Very true, but he is asking about a non-denominational church which, presumably, would not subscribe to any confession.


----------



## Jash Comstock (Mar 31, 2014)

It has been tried, but it cheapens both views in my opinion. If truth is truth it isn't subjective. That means there must be a right way, and a wrong way to practice baptism. If a church is to be truly confessional it must be wholly confessional and particularly confessional, not a confessional synergist..


----------



## Scott1 (Mar 31, 2014)

You are on the right track by asking in a nondenominational church. A confessional church, indeed even a nondenominational church with a confessed doctrine could not consistently accommodate both views.

If someone is convicted of believers only baptism and the implications that flow from that for the church, they ought seek such a communion. Not seek accommodation in another.


----------



## JML (Mar 31, 2014)

PhillipJLee said:


> Is there a "balanced" way of practicing baptism in a nondenominational church that honors both views?



I don't see how practicing both can be done in good conscience. However, some churches allow those of the other view to join and/or partake in the Lord's Supper.


----------



## Peairtach (Mar 31, 2014)

It's done in the Free Presbyterian Church of Ulster, but I don't know if it works well, or how well. I couldn't' agree with it, although I understand the desire for an artificial unity between brethren.

Sent from my HTC Wildfire using Tapatalk 2


----------



## Semper Fidelis (Mar 31, 2014)

I've been going through Calvin's Institutes again and was reminded at how some refuse to preach certain topics (in this case, Calvin was treating the issue of predestination). It caused me to reflect that there are not a small number of congregations who avoid whole parts of the Bible so they never have to deal with the controversy that the topic brings and how impoverished they are for the sake of "unity".

Let me state that I love my Baptist brethren.
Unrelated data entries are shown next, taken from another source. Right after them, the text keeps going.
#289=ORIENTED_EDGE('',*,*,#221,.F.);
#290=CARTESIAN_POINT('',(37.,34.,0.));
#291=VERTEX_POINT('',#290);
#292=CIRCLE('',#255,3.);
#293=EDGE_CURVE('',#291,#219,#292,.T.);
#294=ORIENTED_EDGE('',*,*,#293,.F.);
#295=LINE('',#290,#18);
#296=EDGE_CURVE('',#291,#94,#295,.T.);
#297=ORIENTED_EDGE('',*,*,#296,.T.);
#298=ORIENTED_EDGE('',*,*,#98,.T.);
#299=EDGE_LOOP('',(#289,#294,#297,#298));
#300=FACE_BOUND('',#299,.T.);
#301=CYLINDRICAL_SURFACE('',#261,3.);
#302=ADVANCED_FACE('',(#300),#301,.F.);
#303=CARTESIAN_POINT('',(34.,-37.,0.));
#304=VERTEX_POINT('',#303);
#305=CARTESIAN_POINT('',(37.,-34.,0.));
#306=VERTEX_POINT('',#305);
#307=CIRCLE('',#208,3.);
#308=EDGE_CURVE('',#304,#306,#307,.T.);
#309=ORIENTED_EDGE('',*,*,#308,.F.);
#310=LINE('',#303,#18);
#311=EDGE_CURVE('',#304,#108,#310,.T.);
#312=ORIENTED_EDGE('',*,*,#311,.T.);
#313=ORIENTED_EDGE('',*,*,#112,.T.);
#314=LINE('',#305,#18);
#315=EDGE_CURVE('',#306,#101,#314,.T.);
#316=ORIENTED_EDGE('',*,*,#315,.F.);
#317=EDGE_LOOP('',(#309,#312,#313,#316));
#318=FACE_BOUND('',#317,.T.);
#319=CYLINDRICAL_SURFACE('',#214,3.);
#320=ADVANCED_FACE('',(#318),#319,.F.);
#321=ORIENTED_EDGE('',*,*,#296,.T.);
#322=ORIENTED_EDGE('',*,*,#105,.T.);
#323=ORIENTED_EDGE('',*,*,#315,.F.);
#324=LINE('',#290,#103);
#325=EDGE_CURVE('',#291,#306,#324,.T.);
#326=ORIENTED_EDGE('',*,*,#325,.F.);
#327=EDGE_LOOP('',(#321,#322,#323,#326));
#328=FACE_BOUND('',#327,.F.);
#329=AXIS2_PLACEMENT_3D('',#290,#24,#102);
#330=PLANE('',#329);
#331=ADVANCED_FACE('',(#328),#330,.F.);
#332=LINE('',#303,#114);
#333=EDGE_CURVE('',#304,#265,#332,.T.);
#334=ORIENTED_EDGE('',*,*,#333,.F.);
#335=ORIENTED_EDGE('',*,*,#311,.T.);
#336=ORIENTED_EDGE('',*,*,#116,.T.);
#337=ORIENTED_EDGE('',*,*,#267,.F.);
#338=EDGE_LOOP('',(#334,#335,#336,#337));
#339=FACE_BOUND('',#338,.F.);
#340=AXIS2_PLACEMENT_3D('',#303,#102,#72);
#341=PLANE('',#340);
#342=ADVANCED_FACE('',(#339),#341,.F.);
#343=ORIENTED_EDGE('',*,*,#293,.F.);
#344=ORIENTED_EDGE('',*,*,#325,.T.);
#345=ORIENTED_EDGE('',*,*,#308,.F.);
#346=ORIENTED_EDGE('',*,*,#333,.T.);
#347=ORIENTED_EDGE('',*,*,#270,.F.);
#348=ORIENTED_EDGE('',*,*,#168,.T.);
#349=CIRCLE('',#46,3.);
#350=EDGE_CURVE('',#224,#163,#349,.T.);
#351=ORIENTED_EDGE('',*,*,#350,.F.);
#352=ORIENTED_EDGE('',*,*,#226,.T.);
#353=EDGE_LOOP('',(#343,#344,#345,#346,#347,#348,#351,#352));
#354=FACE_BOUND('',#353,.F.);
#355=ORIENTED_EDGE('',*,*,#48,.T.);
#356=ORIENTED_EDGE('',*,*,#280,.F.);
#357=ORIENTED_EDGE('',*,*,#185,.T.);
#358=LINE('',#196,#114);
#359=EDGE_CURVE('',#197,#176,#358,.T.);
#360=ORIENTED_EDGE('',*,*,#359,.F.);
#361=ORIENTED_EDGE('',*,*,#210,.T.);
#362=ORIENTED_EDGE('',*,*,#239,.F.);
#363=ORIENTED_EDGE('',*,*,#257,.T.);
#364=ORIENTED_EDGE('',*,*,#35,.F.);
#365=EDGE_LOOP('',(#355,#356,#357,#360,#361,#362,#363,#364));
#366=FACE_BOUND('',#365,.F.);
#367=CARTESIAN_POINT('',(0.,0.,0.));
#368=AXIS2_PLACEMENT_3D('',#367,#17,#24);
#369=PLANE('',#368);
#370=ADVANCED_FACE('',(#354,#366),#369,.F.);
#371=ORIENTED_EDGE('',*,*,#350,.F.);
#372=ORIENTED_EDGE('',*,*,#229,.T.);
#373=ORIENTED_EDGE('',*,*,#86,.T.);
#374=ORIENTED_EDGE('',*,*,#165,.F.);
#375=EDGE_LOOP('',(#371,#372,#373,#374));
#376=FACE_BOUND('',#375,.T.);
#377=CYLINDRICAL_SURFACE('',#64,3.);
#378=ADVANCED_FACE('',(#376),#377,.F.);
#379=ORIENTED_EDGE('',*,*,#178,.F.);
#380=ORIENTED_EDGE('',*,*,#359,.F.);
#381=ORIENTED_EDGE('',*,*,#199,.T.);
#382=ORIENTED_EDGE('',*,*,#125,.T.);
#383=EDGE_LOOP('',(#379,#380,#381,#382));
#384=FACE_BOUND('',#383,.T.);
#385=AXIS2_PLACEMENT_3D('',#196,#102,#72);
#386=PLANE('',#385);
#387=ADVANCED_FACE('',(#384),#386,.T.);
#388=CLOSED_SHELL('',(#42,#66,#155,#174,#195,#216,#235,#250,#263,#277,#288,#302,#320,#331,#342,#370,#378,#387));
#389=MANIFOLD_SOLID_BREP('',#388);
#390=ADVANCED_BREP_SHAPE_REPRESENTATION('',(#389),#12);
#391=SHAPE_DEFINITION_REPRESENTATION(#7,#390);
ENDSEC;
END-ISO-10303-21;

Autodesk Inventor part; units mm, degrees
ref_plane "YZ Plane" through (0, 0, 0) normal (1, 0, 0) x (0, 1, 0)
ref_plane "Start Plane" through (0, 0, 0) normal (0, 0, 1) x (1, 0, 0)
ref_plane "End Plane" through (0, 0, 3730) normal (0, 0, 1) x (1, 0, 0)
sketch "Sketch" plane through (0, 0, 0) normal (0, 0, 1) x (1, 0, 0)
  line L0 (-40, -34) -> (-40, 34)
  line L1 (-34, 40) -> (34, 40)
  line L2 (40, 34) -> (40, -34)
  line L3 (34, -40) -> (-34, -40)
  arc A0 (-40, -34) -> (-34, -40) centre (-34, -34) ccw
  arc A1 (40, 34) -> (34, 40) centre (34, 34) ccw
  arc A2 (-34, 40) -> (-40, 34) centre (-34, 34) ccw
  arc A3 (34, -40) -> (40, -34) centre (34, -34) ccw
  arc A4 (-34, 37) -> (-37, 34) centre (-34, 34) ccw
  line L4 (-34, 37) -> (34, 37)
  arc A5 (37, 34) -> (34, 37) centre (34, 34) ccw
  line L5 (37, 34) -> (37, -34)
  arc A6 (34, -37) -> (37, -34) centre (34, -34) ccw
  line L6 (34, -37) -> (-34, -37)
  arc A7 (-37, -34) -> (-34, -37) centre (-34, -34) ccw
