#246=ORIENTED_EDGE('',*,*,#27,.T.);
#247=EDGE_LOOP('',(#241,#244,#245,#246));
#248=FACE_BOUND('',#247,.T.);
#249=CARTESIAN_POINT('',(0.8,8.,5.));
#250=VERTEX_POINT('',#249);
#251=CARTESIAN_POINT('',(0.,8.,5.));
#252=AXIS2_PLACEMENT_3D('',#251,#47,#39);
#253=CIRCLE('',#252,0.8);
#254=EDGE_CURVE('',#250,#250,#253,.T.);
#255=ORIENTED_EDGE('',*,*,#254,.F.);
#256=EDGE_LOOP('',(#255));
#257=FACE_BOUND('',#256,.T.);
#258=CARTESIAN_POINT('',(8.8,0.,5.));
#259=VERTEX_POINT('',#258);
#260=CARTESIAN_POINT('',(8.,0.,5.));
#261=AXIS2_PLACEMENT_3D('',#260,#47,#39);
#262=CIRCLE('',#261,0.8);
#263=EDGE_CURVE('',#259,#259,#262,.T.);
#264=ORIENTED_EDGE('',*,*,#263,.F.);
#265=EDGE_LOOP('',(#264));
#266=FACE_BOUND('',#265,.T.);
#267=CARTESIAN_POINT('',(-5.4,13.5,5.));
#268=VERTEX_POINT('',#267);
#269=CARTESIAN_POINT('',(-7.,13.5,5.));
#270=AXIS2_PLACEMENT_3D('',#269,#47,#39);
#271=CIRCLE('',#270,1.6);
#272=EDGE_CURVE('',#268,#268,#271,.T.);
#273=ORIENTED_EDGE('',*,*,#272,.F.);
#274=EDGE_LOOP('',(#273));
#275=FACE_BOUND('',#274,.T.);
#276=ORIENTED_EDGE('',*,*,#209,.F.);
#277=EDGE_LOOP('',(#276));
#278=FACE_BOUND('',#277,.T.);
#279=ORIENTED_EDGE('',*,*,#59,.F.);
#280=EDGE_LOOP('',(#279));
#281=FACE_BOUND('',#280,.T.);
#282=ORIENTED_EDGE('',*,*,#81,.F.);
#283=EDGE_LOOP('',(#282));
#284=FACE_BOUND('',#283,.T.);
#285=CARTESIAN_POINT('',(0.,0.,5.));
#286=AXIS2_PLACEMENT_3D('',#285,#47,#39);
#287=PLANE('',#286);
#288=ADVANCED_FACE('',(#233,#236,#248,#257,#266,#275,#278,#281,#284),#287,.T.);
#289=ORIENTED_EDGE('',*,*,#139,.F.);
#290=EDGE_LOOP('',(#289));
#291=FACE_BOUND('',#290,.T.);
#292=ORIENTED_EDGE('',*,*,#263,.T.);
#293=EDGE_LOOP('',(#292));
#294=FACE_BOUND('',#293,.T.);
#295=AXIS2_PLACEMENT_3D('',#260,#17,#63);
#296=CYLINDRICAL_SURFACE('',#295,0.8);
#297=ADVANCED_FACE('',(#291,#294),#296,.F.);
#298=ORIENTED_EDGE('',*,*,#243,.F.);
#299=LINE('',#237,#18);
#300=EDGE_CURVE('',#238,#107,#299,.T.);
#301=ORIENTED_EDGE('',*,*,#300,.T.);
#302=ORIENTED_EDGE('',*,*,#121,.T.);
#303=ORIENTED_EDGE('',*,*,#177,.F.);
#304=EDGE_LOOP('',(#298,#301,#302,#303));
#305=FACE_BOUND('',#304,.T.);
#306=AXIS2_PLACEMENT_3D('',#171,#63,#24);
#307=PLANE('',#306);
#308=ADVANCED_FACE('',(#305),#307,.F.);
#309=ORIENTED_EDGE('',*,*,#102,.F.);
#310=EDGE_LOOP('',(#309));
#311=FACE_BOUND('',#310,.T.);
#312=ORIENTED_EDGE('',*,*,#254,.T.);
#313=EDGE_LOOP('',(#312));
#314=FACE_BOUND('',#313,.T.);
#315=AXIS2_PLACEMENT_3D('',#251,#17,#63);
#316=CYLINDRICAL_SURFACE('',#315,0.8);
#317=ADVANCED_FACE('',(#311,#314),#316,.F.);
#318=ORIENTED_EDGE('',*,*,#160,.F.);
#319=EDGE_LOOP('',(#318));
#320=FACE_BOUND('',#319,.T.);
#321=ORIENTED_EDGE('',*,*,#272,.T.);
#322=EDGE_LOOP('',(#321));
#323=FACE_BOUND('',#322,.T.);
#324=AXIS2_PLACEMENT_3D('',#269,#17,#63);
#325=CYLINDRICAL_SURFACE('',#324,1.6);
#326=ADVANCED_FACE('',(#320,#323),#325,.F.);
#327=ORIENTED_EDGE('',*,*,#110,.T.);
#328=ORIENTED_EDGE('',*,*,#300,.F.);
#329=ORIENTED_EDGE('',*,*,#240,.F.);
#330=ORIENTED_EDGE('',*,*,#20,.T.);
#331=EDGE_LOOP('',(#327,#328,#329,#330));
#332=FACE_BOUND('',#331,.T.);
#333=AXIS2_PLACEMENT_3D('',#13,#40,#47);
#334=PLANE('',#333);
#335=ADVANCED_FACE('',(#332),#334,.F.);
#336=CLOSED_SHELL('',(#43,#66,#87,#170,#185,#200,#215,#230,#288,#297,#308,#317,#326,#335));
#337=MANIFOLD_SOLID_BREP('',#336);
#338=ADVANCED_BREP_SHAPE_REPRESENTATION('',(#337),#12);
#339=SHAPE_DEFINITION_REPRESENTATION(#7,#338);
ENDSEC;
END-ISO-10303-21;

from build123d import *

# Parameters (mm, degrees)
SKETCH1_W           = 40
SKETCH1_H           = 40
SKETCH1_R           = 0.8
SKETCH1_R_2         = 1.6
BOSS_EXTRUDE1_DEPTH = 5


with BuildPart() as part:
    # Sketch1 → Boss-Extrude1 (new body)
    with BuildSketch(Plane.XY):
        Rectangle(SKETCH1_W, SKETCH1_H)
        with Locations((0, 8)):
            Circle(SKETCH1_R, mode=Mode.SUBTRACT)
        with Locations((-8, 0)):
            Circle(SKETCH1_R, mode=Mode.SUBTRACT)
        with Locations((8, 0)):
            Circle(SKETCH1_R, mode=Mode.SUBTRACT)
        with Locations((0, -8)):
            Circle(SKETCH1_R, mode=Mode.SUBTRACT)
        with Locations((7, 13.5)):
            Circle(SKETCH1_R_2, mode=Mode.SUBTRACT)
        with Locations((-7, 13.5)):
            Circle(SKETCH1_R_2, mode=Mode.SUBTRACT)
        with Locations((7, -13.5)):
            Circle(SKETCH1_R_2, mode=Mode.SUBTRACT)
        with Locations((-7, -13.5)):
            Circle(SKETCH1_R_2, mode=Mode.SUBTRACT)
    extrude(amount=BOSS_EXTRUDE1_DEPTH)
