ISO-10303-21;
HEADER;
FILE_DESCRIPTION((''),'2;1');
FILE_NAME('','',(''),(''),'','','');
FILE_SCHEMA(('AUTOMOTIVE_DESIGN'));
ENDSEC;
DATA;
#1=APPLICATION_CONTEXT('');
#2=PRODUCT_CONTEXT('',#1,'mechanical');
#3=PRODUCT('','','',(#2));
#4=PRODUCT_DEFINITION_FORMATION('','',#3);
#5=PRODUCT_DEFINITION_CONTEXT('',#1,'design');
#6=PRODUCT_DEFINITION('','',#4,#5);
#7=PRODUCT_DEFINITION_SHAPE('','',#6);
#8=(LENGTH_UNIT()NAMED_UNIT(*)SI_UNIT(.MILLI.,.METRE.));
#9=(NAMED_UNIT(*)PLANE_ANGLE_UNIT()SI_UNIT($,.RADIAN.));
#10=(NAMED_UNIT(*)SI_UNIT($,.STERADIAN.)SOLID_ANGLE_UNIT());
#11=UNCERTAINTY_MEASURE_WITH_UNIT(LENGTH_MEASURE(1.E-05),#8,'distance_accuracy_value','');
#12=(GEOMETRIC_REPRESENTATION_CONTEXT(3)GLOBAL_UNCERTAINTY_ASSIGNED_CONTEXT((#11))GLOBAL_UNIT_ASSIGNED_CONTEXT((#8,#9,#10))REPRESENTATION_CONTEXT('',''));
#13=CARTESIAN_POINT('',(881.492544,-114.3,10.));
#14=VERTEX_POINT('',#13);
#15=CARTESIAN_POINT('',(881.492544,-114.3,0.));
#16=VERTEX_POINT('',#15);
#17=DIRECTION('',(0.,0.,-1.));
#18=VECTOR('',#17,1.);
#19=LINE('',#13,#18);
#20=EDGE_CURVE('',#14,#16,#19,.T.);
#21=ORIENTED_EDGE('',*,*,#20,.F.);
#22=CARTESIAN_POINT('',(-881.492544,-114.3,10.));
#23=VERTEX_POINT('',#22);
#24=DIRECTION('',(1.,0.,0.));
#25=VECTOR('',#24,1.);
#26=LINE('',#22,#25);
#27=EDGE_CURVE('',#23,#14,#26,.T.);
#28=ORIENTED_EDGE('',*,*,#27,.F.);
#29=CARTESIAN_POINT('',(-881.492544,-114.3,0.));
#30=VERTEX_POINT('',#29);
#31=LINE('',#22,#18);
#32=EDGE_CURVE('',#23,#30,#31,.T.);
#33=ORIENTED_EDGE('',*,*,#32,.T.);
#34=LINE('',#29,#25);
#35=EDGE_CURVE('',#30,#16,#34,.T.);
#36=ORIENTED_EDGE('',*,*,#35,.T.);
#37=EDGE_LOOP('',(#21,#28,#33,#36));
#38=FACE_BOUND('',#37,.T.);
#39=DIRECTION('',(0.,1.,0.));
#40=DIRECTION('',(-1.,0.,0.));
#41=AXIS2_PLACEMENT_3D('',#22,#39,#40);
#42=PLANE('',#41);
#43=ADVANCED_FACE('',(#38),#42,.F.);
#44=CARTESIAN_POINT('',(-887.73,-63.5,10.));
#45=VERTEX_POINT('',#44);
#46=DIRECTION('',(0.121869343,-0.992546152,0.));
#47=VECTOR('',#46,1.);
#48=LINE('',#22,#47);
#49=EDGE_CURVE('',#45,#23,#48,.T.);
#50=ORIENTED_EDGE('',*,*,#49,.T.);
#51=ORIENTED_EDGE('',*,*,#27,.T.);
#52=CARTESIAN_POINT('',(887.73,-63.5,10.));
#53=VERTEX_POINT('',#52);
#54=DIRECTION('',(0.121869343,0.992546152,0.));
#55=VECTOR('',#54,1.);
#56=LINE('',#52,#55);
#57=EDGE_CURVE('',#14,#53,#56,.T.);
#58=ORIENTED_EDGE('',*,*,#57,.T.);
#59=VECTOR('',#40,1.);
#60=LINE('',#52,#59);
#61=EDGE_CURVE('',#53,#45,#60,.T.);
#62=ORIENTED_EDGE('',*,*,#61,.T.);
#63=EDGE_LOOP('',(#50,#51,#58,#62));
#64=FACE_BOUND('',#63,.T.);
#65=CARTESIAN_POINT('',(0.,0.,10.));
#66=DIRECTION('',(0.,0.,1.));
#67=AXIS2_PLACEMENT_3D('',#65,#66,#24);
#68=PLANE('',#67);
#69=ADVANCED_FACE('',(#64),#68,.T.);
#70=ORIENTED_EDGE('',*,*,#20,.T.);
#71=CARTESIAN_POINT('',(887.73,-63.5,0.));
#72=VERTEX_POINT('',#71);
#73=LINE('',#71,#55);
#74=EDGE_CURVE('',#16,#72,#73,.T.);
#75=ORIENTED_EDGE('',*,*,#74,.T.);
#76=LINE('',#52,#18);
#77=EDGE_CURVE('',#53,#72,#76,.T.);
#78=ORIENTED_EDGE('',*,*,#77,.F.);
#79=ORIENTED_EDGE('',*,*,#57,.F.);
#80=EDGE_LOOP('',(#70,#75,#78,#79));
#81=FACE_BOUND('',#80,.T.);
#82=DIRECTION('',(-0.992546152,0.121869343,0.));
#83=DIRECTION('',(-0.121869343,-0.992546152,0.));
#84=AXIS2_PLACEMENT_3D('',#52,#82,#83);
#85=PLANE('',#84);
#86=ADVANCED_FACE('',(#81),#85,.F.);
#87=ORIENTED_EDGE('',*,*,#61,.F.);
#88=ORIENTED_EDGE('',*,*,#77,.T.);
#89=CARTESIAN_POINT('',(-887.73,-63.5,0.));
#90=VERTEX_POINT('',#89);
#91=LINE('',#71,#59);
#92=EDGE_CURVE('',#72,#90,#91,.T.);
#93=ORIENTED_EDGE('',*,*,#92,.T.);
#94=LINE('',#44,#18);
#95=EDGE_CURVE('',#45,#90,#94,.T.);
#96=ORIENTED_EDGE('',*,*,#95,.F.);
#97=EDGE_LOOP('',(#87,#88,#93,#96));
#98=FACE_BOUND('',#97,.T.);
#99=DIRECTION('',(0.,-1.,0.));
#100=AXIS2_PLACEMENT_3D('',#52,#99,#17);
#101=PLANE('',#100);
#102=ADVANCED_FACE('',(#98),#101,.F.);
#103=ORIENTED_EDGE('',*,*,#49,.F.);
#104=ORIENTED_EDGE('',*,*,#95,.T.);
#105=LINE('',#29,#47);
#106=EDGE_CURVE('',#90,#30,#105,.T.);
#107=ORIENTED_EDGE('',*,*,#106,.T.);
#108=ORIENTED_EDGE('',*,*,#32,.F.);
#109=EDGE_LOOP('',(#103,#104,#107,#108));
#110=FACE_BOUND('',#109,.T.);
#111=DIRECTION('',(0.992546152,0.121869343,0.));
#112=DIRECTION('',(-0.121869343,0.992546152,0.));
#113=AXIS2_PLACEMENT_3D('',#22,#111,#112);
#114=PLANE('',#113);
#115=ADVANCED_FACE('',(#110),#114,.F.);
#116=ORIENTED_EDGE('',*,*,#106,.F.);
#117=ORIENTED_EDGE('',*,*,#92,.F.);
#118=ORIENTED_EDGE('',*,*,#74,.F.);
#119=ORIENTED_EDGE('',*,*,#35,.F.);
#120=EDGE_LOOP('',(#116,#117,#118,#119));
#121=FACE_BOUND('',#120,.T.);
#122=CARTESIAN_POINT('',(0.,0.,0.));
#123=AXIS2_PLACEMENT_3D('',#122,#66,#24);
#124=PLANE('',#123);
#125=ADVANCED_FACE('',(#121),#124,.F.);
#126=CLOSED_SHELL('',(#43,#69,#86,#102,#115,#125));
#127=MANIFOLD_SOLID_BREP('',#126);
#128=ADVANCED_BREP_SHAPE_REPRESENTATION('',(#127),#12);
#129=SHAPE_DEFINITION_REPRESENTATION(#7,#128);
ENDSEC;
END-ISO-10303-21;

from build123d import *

# Parameters (mm, degrees)
BOSS_EXTRUDE1_DEPTH = 10


with BuildPart() as part:
    # Sketch1 → Boss-Extrude1 (new body)
    with BuildSketch(Plane.XY):
        Polygon((-881.492544306, -114.3), (881.492544306, -114.3), (887.73, -63.5), (-887.73, -63.5), align=None)
    extrude(amount=BOSS_EXTRUDE1_DEPTH)


solid = part.part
In fact, I just reached out to a local congregation so we could do some things together in the local community. As much as we had in common, it was because we knew where we stood on the positions of Ecclesiology and the Sacraments that allowed us to cooperate unequivocally in many other areas. We mutually encouraged each other with our passion for the Gospel and it was an extremely edifying time together.

That broader unity is possible because we don't avoid some Biblical topics as being inconvenient for local "unity". There are only two Protestant Sacraments after all and they are intended to placard Christ in their administration. What we _say_ about the Sacraments when we administer them is vitally important. Ministers are supposed to be proclaiming certainty from what they believe the Scriptures teach and not avoiding that certainty for the sake of consensus. If the Lord is speaking in Baptism to me then I want to hear what the Word says it is saying. It doesn't do me any spritual good for God's speech to be abridged any more than it does my Baptist brother to hear what he believes, in his conscience, the Word is saying. To do otherwise is a violation of Liberty of Conscience in my estimation.


----------



## ProtestantBankie (Mar 31, 2014)

The Free Presbyterian Church of North America (and it's Mother church, The Free Presbyterian Church of Ulster) practice both. 

I do not see how it is able to work, but they have been blessed and grown considerably from one congregation in Belfast. Thanks to great preachers like Paisley and fine theologians like Drs Alan Cairns (credo) and Michael Barrett (a paedobaptist).

Members and ministers have their own opinion - if you are a paedobaptist you are entitled to have your children baptized and a Minister must give the sacrament - if the minister is not a paedobaptist, another minister can give the sacrament instead.

I have the greatest of respect for them, and appreciate the idea of inter-denominational Protestant unity as a strong force against Liberalism and Romanism - however, in my opinion children of believing parents are to be baptized, and a "difference of opinion" will not ease my conscience any.


----------



## Reformed Covenanter (Mar 31, 2014)

Hamalas said:


> Very true, but he is asking about a non-denominational church which, presumably, would not subscribe to any confession.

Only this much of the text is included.